Читаем Идеалы и действительность в русской литературе полностью

Когда Россия вступила в лучший период, в начале 60-х годов, повести Н. Д. Хвощинской приняли также более жизнерадостный характер; среди этих повестей особенно выделяется «Большая Медведица» (1870–1871). Во время своего появления повесть пользовалась большим успехом среди нашей молодежи и имела на нее очень глубокое влияние, в лучшем значении этого слова. Героиня, Катя, встречает в лице Верховского человека того слабосильного типа, с которым мы знакомы по «Переписке» Тургенева, но который на этот раз облекся в одежды социального реформатора, которому лишь «обстоятельства» и «несчастия» мешают совершить великие дела. Верховский, которого Катя любит и который, в свою очередь, влюбляется в нее — насколько подобные люди вообще могут влюбляться, — превосходно обрисован. Это один из лучших представителей богатой галереи подобных типов в русской литературе. Должно, впрочем, признать, что в «Большой Медведице» имеется один или два характера, не вполне реальных или не вполне понятых самим автором (как, например, старика Багрянского); но наряду с ними пред нами проходит целый ряд превосходно нарисованных типов; в то же время Катя стоит выше, более жизненна, более полно изображена, чем тургеневская Наташа или даже его Елена. Она получает отвращение ко всем разговорам о геройских подвигах, совершению которых будущим героям мешают «обстоятельства», и берет на себя выполнение задачи несравненно меньшего размера: она делается учительницей в деревенской школе и пытается внести в мрак деревни свет высших идеалов и надежд на лучшее будущее. Появление этой повести как раз в период, когда в России начиналось великое движение молодежи «в народ», дало ей громадную популярность наравне со «Знамением времени» Д. Л. Мордовцева и романами Шпильгагена («Между молотом и наковальней» и «Один в поле не воин»). Горячий тон повести и утонченные, глубоко человечные поэтические образы и картины, которыми она полна, возвышают ее внутренние достоинства. В России она была проводником многих добрых, возвышенных идей, и несомненно, что если бы она была известна в Западной Европе, то повесть эта встретила бы симпатию среди мыслящих, стремящихся к идеалу юношей и девушек.

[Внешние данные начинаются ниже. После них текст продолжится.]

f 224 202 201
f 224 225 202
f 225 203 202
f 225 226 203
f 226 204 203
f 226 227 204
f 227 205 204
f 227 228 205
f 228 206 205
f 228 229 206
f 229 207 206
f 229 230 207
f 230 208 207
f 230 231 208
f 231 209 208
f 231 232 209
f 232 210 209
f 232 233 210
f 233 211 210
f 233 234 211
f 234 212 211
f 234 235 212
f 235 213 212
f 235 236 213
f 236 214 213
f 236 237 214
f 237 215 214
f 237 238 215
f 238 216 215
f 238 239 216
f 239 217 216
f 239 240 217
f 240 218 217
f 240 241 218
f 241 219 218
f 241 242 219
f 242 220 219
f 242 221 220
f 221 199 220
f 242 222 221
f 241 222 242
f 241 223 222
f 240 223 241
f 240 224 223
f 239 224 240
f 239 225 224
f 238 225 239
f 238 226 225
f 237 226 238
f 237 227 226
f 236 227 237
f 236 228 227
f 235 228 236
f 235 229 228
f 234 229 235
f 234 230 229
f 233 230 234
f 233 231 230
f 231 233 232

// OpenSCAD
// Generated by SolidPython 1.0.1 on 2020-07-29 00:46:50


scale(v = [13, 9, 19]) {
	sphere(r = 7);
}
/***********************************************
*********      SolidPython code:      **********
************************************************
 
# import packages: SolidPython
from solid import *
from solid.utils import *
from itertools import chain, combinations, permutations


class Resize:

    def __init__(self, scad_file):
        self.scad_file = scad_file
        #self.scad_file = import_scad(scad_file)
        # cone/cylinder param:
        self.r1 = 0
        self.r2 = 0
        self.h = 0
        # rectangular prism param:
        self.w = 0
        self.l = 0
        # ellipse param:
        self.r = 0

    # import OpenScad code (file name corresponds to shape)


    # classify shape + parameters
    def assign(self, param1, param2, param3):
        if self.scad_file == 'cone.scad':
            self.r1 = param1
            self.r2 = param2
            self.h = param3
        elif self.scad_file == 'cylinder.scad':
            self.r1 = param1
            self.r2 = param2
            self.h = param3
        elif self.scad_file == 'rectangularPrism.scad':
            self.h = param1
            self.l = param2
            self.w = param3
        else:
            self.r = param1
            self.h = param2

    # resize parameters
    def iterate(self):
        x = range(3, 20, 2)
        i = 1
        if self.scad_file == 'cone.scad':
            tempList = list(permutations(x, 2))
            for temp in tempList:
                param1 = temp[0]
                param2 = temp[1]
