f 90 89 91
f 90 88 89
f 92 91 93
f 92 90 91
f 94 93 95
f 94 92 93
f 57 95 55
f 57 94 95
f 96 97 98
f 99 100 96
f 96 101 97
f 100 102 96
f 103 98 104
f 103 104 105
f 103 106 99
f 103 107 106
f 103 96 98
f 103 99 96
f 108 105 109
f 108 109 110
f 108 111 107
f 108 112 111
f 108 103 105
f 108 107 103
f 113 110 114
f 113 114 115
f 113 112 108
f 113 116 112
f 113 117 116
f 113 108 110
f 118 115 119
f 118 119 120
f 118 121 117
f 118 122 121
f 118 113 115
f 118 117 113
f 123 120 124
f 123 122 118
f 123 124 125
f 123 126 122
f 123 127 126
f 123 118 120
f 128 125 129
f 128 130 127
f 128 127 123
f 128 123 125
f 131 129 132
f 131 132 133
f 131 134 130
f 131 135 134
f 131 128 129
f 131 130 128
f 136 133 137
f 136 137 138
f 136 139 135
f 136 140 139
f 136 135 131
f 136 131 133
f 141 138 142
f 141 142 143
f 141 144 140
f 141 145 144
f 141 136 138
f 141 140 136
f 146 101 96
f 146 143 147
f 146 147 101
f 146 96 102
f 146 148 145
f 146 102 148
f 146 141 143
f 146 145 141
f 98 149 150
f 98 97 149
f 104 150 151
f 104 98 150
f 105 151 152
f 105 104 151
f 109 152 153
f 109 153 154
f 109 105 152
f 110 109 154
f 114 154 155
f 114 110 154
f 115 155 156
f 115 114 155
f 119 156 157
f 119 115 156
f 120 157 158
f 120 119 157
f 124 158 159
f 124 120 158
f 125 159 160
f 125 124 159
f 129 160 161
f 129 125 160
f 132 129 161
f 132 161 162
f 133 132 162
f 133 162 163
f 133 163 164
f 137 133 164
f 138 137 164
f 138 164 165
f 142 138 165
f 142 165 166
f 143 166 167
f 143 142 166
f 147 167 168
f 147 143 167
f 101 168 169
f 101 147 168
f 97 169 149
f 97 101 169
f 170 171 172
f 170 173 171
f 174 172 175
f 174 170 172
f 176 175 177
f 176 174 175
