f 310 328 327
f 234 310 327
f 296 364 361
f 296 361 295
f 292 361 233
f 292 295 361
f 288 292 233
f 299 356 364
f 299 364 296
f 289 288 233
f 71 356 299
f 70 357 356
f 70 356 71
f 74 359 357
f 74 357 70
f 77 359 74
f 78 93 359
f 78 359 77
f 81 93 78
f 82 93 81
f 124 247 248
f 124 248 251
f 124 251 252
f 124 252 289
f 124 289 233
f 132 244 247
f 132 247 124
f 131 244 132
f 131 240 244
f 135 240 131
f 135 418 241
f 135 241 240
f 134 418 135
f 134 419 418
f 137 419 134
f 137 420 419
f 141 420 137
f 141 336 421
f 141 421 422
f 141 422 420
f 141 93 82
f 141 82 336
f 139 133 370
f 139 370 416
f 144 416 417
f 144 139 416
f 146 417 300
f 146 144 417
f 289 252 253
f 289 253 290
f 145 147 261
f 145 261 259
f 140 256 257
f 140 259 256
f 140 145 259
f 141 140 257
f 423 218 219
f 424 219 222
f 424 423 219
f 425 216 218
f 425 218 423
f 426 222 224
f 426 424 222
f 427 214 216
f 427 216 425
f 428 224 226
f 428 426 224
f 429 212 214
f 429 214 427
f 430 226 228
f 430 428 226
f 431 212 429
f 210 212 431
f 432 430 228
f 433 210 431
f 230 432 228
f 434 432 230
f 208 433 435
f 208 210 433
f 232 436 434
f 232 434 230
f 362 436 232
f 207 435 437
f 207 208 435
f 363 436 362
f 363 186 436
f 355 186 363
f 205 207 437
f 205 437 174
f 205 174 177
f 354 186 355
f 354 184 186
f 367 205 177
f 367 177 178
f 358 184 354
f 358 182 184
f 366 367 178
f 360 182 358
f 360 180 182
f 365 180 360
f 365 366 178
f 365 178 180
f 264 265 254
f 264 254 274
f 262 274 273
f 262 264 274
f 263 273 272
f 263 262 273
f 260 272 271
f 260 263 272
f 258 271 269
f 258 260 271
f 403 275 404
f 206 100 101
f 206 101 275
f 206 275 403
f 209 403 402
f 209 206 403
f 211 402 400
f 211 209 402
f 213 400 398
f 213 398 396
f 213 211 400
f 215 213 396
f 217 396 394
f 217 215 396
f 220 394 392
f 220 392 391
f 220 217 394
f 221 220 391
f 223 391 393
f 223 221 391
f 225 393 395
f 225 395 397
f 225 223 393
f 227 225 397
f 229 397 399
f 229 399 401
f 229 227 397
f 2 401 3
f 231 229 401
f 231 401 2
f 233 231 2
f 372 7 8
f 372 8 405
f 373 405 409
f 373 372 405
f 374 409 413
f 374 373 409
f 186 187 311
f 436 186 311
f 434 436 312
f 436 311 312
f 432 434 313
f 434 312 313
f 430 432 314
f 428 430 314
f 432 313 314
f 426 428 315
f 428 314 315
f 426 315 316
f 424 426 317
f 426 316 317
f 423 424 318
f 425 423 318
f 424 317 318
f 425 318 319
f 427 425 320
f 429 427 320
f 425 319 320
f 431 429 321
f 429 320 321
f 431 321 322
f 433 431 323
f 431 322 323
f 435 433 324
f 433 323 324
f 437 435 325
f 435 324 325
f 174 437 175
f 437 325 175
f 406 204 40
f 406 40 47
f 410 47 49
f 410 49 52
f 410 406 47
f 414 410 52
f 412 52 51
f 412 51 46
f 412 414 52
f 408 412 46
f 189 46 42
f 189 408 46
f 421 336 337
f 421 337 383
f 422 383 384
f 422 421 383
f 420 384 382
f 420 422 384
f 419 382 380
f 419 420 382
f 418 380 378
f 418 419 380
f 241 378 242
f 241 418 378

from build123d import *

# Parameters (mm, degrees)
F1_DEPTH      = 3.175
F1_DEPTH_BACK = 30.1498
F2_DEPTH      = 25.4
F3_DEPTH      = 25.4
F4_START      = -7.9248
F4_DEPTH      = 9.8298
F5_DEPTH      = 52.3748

К концу семидесятых годов можно отнести новую, третью фазу творчества Н. Д. Хвощинской. Повести этого периода — между которыми особенно замечательна серия, вошедшая в «Альбом: Группы и портреты», — носят новый характер. Когда великое либеральное движение, охватившее Россию в конце 50-х и начале 60-х годов, пришло к концу, фигурировавшие в качестве представителей передовой мысли и всяческих реформ поспешили отречься от веры и идеалов своих лучших годов. Под самыми разнообразными и многочисленными предлогами они старались убедить самих себя — и, конечно, тех женщин, которые верили им, — что новые наступившие времена требуют и новых способов действия; что они сделались лишь людьми «практическими», бросая старое знамя и исповедуя новую веру, сущность которой сводилась к личному обогащению; что, поступая таким образом, они совершали подвиг самопожертвования, проявляли «зрелое гражданство», требующее от каждого не останавливаться даже перед пожертвованием собственными идеалами, раз этого требуют интересы «дела». «В. Крестовский — псевдоним», как женщина страстно преданная этим опошливаемым «дельцами» идеалам, прекрасно понимала истинную цену всех этих софизмов. Отступничество этого рода должно было глубоко огорчать ее, и я сомневаюсь, найдется ли в какой-либо другой литературе такая коллекция «групп и портретов» всякого рода предателей, какую можно найти в ее «Альбоме» и в особенности «У фотографа». Читая эти рассказы, вы чувствуете, что сердце автора обливается кровью, и это делает «группы и портреты» Н. Д. Хвощинской одним из лучших образчиков «субъективного реализма», какие мы имеем в русской литературе.


Поэты той же эпохи

Если бы настоящая книга претендовала быть курсом русской литературы, я должен был бы довольно подробно анализировать нескольких поэтов, принадлежащих к эпохе, описанной в последних двух главах. Мне придется, однако, ограничиться краткими замечаниями, хотя большинство этих поэтов, несомненно, сделались бы любимцами других наций, если бы они писали на языке более известном Западной Европе, чем русский.

Это в особенности можно сказать о Кольцове (1808–1842), поэте из народа, который воспевал в своих песнях, находящих всегда отклик во всяком поэтическом уме, безбрежные степи южной России, поэзию земледельческого труда и вместе с тем печальное существование русской крестьянки, любовь, являющуюся лишь источником страданий, судьбу, которая бывает не матерью, а мачехой, и то быстро бегущее счастье, которое оставляет после себя лишь слезы и скорбь.